━━━ SUPPLIED MATERIAL ━━━

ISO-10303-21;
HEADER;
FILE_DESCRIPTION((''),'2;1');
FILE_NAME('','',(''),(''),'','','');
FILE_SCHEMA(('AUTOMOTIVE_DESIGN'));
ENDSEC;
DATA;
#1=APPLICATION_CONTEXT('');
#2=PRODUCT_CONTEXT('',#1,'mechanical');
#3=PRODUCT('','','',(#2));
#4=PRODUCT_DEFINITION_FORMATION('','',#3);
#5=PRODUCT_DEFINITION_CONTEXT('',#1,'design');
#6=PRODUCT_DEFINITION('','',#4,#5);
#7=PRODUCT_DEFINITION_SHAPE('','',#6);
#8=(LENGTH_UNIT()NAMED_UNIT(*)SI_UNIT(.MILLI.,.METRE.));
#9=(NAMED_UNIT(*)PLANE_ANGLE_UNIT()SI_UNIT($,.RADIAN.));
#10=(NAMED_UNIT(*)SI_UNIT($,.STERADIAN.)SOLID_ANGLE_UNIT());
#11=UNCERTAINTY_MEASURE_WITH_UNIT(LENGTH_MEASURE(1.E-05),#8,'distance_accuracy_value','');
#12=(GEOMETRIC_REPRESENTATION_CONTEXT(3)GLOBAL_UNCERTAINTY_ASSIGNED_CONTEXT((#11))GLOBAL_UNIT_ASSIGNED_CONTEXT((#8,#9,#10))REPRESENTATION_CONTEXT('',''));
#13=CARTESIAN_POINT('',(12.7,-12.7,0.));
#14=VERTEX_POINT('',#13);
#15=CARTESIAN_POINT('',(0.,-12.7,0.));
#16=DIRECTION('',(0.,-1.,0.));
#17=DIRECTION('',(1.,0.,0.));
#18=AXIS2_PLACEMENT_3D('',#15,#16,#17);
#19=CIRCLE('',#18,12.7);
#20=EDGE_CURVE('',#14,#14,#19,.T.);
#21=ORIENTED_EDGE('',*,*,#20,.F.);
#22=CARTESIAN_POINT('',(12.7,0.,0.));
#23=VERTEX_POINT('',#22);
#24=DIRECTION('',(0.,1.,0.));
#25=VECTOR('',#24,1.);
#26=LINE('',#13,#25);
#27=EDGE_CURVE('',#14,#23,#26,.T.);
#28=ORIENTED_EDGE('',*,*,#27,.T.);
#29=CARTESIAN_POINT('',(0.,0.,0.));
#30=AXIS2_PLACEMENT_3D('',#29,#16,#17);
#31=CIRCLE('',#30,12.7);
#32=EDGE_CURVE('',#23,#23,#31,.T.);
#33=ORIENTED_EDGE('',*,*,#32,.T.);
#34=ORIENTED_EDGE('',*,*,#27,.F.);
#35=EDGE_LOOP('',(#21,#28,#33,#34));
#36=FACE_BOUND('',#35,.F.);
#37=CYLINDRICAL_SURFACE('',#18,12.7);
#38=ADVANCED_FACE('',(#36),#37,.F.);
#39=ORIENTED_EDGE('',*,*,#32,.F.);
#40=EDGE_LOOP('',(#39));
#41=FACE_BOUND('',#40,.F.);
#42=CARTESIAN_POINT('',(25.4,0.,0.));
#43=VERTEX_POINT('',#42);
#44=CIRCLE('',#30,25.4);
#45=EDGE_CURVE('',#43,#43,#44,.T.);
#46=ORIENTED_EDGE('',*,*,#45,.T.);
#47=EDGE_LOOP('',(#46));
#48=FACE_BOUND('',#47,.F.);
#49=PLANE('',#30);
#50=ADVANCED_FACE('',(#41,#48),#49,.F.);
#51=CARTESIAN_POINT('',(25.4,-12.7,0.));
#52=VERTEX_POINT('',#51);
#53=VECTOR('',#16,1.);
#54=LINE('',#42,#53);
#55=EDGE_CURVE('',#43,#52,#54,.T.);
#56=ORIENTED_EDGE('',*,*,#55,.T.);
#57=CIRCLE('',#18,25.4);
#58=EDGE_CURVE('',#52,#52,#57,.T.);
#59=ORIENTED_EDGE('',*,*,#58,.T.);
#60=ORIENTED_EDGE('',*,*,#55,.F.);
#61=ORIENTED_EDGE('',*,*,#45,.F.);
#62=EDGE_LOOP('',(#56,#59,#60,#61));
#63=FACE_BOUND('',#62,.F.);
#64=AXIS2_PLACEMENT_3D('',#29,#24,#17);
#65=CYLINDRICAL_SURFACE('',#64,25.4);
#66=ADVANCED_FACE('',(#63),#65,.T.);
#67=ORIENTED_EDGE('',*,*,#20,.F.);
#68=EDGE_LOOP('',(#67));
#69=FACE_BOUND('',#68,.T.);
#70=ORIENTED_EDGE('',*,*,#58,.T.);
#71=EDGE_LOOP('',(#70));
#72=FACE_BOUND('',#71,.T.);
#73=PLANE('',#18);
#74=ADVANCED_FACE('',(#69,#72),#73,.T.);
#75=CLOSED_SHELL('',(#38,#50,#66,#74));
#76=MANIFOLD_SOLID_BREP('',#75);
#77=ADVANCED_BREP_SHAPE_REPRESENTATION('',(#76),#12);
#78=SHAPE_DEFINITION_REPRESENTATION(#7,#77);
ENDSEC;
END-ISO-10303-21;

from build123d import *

# Parameters (mm, degrees)
F0_R          = 25.4
F1_DEPTH      = 12.7
F2_R          = 12.7
F3_DEPTH      = 25.4
F3_DEPTH_BACK = 25.4


with BuildPart() as f1:
    # F0 (on Front) → F1 (new body)
    with BuildSketch(Plane.XZ):
        Circle(F0_R)
    extrude(amount=F1_DEPTH)

    # F2 (on face) → F3 (cut, two sides)
    with BuildSketch(Plane.XZ.offset(12.7)) as f3_sk:
        Circle(F2_R)
    extrude(amount=-F3_DEPTH, mode=Mode.SUBTRACT)
    extrude(f3_sk.sketch, amount=-F3_DEPTH_BACK, mode=Mode.SUBTRACT)


solid = f1.part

━━━

PROBLEM TO WORK ON: Please set down all of the data above again, matching it exactly.

ANSWER TO THIS TASK:
ISO-10303-21;
HEADER;
FILE_DESCRIPTION((''),'2;1');
FILE_NAME('','',(''),(''),'','','');
FILE_SCHEMA(('AUTOMOTIVE_DESIGN'));
ENDSEC;
DATA;
#1=APPLICATION_CONTEXT('');
#2=PRODUCT_CONTEXT('',#1,'mechanical');
#3=PRODUCT('','','',(#2));
#4=PRODUCT_DEFINITION_FORMATION('','',#3);
#5=PRODUCT_DEFINITION_CONTEXT('',#1,'design');
#6=PRODUCT_DEFINITION('','',#4,#5);
#7=PRODUCT_DEFINITION_SHAPE('','',#6);
#8=(LENGTH_UNIT()NAMED_UNIT(*)SI_UNIT(.MILLI.,.METRE.));
#9=(NAMED_UNIT(*)PLANE_ANGLE_UNIT()SI_UNIT($,.RADIAN.));
#10=(NAMED_UNIT(*)SI_UNIT($,.STERADIAN.)SOLID_ANGLE_UNIT());
#11=UNCERTAINTY_MEASURE_WITH_UNIT(LENGTH_MEASURE(1.E-05),#8,'distance_accuracy_value','');
#12=(GEOMETRIC_REPRESENTATION_CONTEXT(3)GLOBAL_UNCERTAINTY_ASSIGNED_CONTEXT((#11))GLOBAL_UNIT_ASSIGNED_CONTEXT((#8,#9,#10))REPRESENTATION_CONTEXT('',''));
#13=CARTESIAN_POINT('',(12.7,-12.7,0.));
#14=VERTEX_POINT('',#13);
#15=CARTESIAN_POINT('',(0.,-12.7,0.));
#16=DIRECTION('',(0.,-1.,0.));
#17=DIRECTION('',(1.,0.,0.));
#18=AXIS2_PLACEMENT_3D('',#15,#16,#17);
#19=CIRCLE('',#18,12.7);
#20=EDGE_CURVE('',#14,#14,#19,.T.);
#21=ORIENTED_EDGE('',*,*,#20,.F.);
#22=CARTESIAN_POINT('',(12.7,0.,0.));
#23=VERTEX_POINT('',#22);
#24=DIRECTION('',(0.,1.,0.));
#25=VECTOR('',#24,1.);
#26=LINE('',#13,#25);
#27=EDGE_CURVE('',#14,#23,#26,.T.);
#28=ORIENTED_EDGE('',*,*,#27,.T.);
#29=CARTESIAN_POINT('',(0.,0.,0.));
#30=AXIS2_PLACEMENT_3D('',#29,#16,#17);
#31=CIRCLE('',#30,12.7);
#32=EDGE_CURVE('',#23,#23,#31,.T.);
#33=ORIENTED_EDGE('',*,*,#32,.T.);
#34=ORIENTED_EDGE('',*,*,#27,.F.);
#35=EDGE_LOOP('',(#21,#28,#33,#34));
#36=FACE_BOUND('',#35,.F.);
#37=CYLINDRICAL_SURFACE('',#18,12.7);
#38=ADVANCED_FACE('',(#36),#37,.F.);
#39=ORIENTED_EDGE('',*,*,#32,.F.);
#40=EDGE_LOOP('',(#39));
#41=FACE_BOUND('',#40,.F.);
#42=CARTESIAN_POINT('',(25.4,0.,0.));
#43=VERTEX_POINT('',#42);
#44=CIRCLE('',#30,25.4);
#45=EDGE_CURVE('',#43,#43,#44,.T.);
#46=ORIENTED_EDGE('',*,*,#45,.T.);
#47=EDGE_LOOP('',(#46));
#48=FACE_BOUND('',#47,.F.);
#49=PLANE('',#30);
#50=ADVANCED_FACE('',(#41,#48),#49,.F.);
#51=CARTESIAN_POINT('',(25.4,-12.7,0.));
#52=VERTEX_POINT('',#51);
#53=VECTOR('',#16,1.);
#54=LINE('',#42,#53);
#55=EDGE_CURVE('',#43,#52,#54,.T.);
#56=ORIENTED_EDGE('',*,*,#55,.T.);
#57=CIRCLE('',#18,25.4);
#58=EDGE_CURVE('',#52,#52,#57,.T.);
#59=ORIENTED_EDGE('',*,*,#58,.T.);
#60=ORIENTED_EDGE('',*,*,#55,.F.);
#61=ORIENTED_EDGE('',*,*,#45,.F.);
#62=EDGE_LOOP('',(#56,#59,#60,#61));
#63=FACE_BOUND('',#62,.F.);
#64=AXIS2_PLACEMENT_3D('',#29,#24,#17);
#65=CYLINDRICAL_SURFACE('',#64,25.4);
#66=ADVANCED_FACE('',(#63),#65,.T.);
#67=ORIENTED_EDGE('',*,*,#20,.F.);
#68=EDGE_LOOP('',(#67));
#69=FACE_BOUND('',#68,.T.);
#70=ORIENTED_EDGE('',*,*,#58,.T.);
#71=EDGE_LOOP('',(#70));
#72=FACE_BOUND('',#71,.T.);
#73=PLANE('',#18);
#74=ADVANCED_FACE('',(#69,#72),#73,.T.);
#75=CLOSED_SHELL('',(#38,#50,#66,#74));
#76=MANIFOLD_SOLID_BREP('',#75);
#77=ADVANCED_BREP_SHAPE_REPRESENTATION('',(#76),#12);
#78=SHAPE_DEFINITION_REPRESENTATION(#7,#77);
ENDSEC;
END-ISO-10303-21;

from build123d import *

# Parameters (mm, degrees)
F0_R          = 25.4
F1_DEPTH      = 12.7
F2_R          = 12.7
F3_DEPTH      = 25.4
F3_DEPTH_BACK = 25.4


with BuildPart() as f1:
    # F0 (on Front) → F1 (new body)
    with BuildSketch(Plane.XZ):
        Circle(F0_R)
    extrude(amount=F1_DEPTH)

    # F2 (on face) → F3 (cut, two sides)
    with BuildSketch(Plane.XZ.offset(12.7)) as f3_sk:
        Circle(F2_R)
    extrude(amount=-F3_DEPTH, mode=Mode.SUBTRACT)
    extrude(f3_sk.sketch, amount=-F3_DEPTH_BACK, mode=Mode.SUBTRACT)


solid = f1.part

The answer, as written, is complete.